All entries below are to be duplicated verbatim.

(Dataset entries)
--------------------

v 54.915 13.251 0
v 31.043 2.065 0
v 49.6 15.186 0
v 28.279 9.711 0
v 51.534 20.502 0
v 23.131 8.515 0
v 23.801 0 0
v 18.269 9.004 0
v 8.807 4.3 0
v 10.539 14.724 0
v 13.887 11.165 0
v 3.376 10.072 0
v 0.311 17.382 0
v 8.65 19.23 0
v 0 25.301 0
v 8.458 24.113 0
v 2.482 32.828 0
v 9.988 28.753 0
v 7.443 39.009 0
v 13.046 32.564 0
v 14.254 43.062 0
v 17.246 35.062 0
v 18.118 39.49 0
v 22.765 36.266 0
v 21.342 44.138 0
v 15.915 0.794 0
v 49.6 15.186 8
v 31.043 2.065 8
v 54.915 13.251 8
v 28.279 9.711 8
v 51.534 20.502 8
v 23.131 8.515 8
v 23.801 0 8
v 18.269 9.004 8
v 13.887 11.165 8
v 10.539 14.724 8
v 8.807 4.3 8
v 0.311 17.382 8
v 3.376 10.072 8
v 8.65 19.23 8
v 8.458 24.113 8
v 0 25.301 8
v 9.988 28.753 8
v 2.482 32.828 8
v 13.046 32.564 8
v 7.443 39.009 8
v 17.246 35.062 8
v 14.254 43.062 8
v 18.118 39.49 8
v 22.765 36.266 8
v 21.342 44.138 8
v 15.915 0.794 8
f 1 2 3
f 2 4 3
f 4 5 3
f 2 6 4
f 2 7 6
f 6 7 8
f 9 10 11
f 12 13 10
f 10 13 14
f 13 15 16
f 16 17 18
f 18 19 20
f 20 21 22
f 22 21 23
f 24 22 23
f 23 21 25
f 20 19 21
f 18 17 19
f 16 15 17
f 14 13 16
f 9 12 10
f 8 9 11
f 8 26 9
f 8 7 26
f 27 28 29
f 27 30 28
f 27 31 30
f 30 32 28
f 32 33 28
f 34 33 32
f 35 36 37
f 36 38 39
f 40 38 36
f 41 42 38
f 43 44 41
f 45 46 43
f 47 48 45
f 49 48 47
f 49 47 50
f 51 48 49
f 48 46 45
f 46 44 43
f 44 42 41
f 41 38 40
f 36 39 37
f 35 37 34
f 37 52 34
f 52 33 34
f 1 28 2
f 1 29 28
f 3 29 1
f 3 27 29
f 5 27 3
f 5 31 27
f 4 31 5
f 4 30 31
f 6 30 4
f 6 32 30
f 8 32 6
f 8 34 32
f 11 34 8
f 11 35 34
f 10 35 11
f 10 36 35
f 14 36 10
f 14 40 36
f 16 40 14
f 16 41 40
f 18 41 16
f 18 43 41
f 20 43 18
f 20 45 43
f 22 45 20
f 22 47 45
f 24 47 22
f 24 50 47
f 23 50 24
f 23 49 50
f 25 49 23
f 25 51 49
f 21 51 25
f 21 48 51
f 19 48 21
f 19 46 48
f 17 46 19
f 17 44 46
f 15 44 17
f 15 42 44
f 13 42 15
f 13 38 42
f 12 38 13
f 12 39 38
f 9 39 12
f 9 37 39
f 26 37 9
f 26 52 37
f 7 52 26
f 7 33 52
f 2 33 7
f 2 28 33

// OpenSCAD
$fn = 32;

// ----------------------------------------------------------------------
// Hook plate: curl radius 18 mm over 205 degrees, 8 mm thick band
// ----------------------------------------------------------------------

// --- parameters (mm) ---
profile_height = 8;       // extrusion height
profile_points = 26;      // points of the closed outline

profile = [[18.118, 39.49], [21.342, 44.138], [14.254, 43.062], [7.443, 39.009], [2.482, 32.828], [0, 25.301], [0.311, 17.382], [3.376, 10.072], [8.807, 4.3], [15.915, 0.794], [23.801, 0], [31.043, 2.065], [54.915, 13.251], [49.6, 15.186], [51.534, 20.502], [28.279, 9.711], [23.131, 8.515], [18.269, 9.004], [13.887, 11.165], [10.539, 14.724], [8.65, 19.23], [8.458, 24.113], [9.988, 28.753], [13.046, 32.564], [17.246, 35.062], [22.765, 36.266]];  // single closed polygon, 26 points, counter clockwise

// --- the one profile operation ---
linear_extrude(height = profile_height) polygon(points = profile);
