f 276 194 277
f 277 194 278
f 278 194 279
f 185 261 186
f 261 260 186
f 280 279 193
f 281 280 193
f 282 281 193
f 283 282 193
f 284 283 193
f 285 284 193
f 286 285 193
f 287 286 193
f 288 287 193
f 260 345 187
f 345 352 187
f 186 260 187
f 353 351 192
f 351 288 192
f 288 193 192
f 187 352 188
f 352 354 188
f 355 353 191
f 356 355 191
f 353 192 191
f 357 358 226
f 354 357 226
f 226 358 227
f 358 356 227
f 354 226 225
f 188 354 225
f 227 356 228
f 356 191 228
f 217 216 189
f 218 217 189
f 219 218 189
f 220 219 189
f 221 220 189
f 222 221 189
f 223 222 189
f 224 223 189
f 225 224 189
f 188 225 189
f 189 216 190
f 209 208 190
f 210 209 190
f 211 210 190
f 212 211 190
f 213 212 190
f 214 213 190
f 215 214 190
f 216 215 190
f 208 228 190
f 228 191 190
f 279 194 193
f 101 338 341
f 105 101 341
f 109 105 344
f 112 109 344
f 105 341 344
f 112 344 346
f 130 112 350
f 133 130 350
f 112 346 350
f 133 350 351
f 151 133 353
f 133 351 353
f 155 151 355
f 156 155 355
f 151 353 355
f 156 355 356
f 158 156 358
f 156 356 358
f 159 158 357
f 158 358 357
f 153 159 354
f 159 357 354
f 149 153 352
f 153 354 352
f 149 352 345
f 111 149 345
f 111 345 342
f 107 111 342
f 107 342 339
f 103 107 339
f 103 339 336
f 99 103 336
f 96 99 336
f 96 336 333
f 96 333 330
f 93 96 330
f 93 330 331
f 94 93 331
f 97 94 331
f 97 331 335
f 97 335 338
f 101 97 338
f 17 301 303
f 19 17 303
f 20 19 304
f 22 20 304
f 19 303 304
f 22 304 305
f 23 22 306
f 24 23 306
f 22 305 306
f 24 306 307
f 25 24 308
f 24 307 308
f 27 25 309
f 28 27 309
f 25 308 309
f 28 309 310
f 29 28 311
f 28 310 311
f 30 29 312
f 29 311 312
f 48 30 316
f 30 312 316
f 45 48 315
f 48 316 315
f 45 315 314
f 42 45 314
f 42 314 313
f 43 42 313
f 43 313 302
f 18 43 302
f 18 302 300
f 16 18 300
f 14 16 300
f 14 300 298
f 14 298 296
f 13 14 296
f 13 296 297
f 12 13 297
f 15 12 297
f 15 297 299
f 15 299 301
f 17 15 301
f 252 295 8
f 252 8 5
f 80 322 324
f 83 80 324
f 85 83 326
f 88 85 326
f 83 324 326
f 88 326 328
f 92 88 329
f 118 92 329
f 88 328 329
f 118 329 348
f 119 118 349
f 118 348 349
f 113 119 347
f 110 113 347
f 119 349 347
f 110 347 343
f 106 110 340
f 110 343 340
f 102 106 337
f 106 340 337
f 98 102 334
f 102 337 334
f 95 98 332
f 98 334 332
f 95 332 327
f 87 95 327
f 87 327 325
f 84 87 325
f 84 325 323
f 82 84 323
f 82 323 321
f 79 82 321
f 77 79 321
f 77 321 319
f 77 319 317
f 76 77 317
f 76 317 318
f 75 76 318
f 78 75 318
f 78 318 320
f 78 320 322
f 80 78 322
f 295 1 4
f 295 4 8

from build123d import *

--------------------

TASK RESPONSE —
v 54.915 13.251 0
v 31.043 2.065 0
v 49.6 15.186 0
v 28.279 9.711 0
v 51.534 20.502 0
v 23.131 8.515 0
v 23.801 0 0
v 18.269 9.004 0
v 8.807 4.3 0
v 10.539 14.724 0
v 13.887 11.165 0
v 3.376 10.072 0
v 0.311 17.382 0
v 8.65 19.23 0
v 0 25.301 0
v 8.458 24.113 0
v 2.482 32.828 0
v 9.988 28.753 0
v 7.443 39.009 0
v 13.046 32.564 0
v 14.254 43.062 0
v 17.246 35.062 0
v 18.118 39.49 0
v 22.765 36.266 0
v 21.342 44.138 0
v 15.915 0.794 0
v 49.6 15.186 8
v 31.043 2.065 8
v 54.915 13.251 8
v 28.279 9.711 8
v 51.534 20.502 8
v 23.131 8.515 8
v 23.801 0 8
v 18.269 9.004 8
v 13.887 11.165 8
v 10.539 14.724 8
v 8.807 4.3 8
v 0.311 17.382 8
v 3.376 10.072 8
v 8.65 19.23 8
v 8.458 24.113 8
v 0 25.301 8
v 9.988 28.753 8
v 2.482 32.828 8
v 13.046 32.564 8
v 7.443 39.009 8
v 17.246 35.062 8
v 14.254 43.062 8
v 18.118 39.49 8
v 22.765 36.266 8
v 21.342 44.138 8
v 15.915 0.794 8
f 1 2 3
f 2 4 3
f 4 5 3
f 2 6 4
f 2 7 6
f 6 7 8
f 9 10 11
f 12 13 10
f 10 13 14
f 13 15 16
f 16 17 18
f 18 19 20
f 20 21 22
f 22 21 23
f 24 22 23
f 23 21 25
f 20 19 21
f 18 17 19
f 16 15 17
f 14 13 16
f 9 12 10
f 8 9 11
f 8 26 9
f 8 7 26
f 27 28 29
f 27 30 28
f 27 31 30
f 30 32 28
f 32 33 28
f 34 33 32
f 35 36 37
f 36 38 39
f 40 38 36
f 41 42 38
f 43 44 41
f 45 46 43
f 47 48 45
f 49 48 47
f 49 47 50
f 51 48 49
f 48 46 45
f 46 44 43
f 44 42 41
f 41 38 40
f 36 39 37
f 35 37 34
f 37 52 34
f 52 33 34
f 1 28 2
f 1 29 28
f 3 29 1
f 3 27 29
f 5 27 3
f 5 31 27
f 4 31 5
f 4 30 31
f 6 30 4
f 6 32 30
f 8 32 6
f 8 34 32
f 11 34 8
f 11 35 34
f 10 35 11
f 10 36 35
f 14 36 10
f 14 40 36
f 16 40 14
f 16 41 40
f 18 41 16
f 18 43 41
f 20 43 18
f 20 45 43
f 22 45 20
f 22 47 45
f 24 47 22
f 24 50 47
f 23 50 24
f 23 49 50
f 25 49 23
f 25 51 49
f 21 51 25
f 21 48 51
f 19 48 21
f 19 46 48
f 17 46 19
f 17 44 46
f 15 44 17
f 15 42 44
f 13 42 15
f 13 38 42
f 12 38 13
f 12 39 38
f 9 39 12
f 9 37 39
f 26 37 9
f 26 52 37
f 7 52 26
f 7 33 52
f 2 33 7
f 2 28 33

// OpenSCAD
$fn = 32;

// ----------------------------------------------------------------------
// Hook plate: curl radius 18 mm over 205 degrees, 8 mm thick band
// ----------------------------------------------------------------------

// --- parameters (mm) ---
profile_height = 8;       // extrusion height
profile_points = 26;      // points of the closed outline

profile = [[18.118, 39.49], [21.342, 44.138], [14.254, 43.062], [7.443, 39.009], [2.482, 32.828], [0, 25.301], [0.311, 17.382], [3.376, 10.072], [8.807, 4.3], [15.915, 0.794], [23.801, 0], [31.043, 2.065], [54.915, 13.251], [49.6, 15.186], [51.534, 20.502], [28.279, 9.711], [23.131, 8.515], [18.269, 9.004], [13.887, 11.165], [10.539, 14.724], [8.65, 19.23], [8.458, 24.113], [9.988, 28.753], [13.046, 32.564], [17.246, 35.062], [22.765, 36.266]];  // single closed polygon, 26 points, counter clockwise

// --- the one profile operation ---
linear_extrude(height = profile_height) polygon(points = profile);
f 276 194 277
f 277 194 278
f 278 194 279
f 185 261 186
f 261 260 186
f 280 279 193
f 281 280 193
f 282 281 193
f 283 282 193
f 284 283 193
f 285 284 193
f 286 285 193
f 287 286 193
f 288 287 193
f 260 345 187
f 345 352 187
f 186 260 187
f 353 351 192
f 351 288 192
f 288 193 192
f 187 352 188
f 352 354 188
f 355 353 191
f 356 355 191
f 353 192 191
f 357 358 226
f 354 357 226
f 226 358 227
f 358 356 227
f 354 226 225
f 188 354 225
f 227 356 228
f 356 191 228
f 217 216 189
f 218 217 189
f 219 218 189
f 220 219 189
f 221 220 189
f 222 221 189
f 223 222 189
f 224 223 189
f 225 224 189
f 188 225 189
f 189 216 190
f 209 208 190
f 210 209 190
f 211 210 190
f 212 211 190
f 213 212 190
f 214 213 190
f 215 214 190
f 216 215 190
f 208 228 190
f 228 191 190
f 279 194 193
f 101 338 341
f 105 101 341
f 109 105 344
f 112 109 344
f 105 341 344
f 112 344 346
f 130 112 350
f 133 130 350
f 112 346 350
f 133 350 351
f 151 133 353
f 133 351 353
f 155 151 355
f 156 155 355
f 151 353 355
f 156 355 356
f 158 156 358
f 156 356 358
f 159 158 357
f 158 358 357
f 153 159 354
f 159 357 354
f 149 153 352
f 153 354 352
f 149 352 345
f 111 149 345
f 111 345 342
f 107 111 342
f 107 342 339
f 103 107 339
f 103 339 336
f 99 103 336
f 96 99 336
f 96 336 333
f 96 333 330
f 93 96 330
f 93 330 331
f 94 93 331
f 97 94 331
f 97 331 335
f 97 335 338
f 101 97 338
f 17 301 303
f 19 17 303
f 20 19 304
f 22 20 304
f 19 303 304
f 22 304 305
f 23 22 306
f 24 23 306
f 22 305 306
f 24 306 307
f 25 24 308
f 24 307 308
f 27 25 309
f 28 27 309
f 25 308 309
f 28 309 310
f 29 28 311
f 28 310 311
f 30 29 312
f 29 311 312
f 48 30 316
f 30 312 316
f 45 48 315
f 48 316 315
f 45 315 314
f 42 45 314
f 42 314 313
f 43 42 313
f 43 313 302
f 18 43 302
f 18 302 300
f 16 18 300
f 14 16 300
f 14 300 298
f 14 298 296
f 13 14 296
f 13 296 297
f 12 13 297
f 15 12 297
f 15 297 299
f 15 299 301
f 17 15 301
f 252 295 8
f 252 8 5
f 80 322 324
f 83 80 324
f 85 83 326
f 88 85 326
f 83 324 326
f 88 326 328
f 92 88 329
f 118 92 329
f 88 328 329
f 118 329 348
f 119 118 349
f 118 348 349
f 113 119 347
f 110 113 347
f 119 349 347
f 110 347 343
f 106 110 340
f 110 343 340
f 102 106 337
f 106 340 337
f 98 102 334
f 102 337 334
f 95 98 332
f 98 334 332
f 95 332 327
f 87 95 327
f 87 327 325
f 84 87 325
f 84 325 323
f 82 84 323
f 82 323 321
f 79 82 321
f 77 79 321
f 77 321 319
f 77 319 317
f 76 77 317
f 76 317 318
f 75 76 318
f 78 75 318
f 78 318 320
f 78 320 322
f 80 78 322
f 295 1 4
f 295 4 8

from build123d import *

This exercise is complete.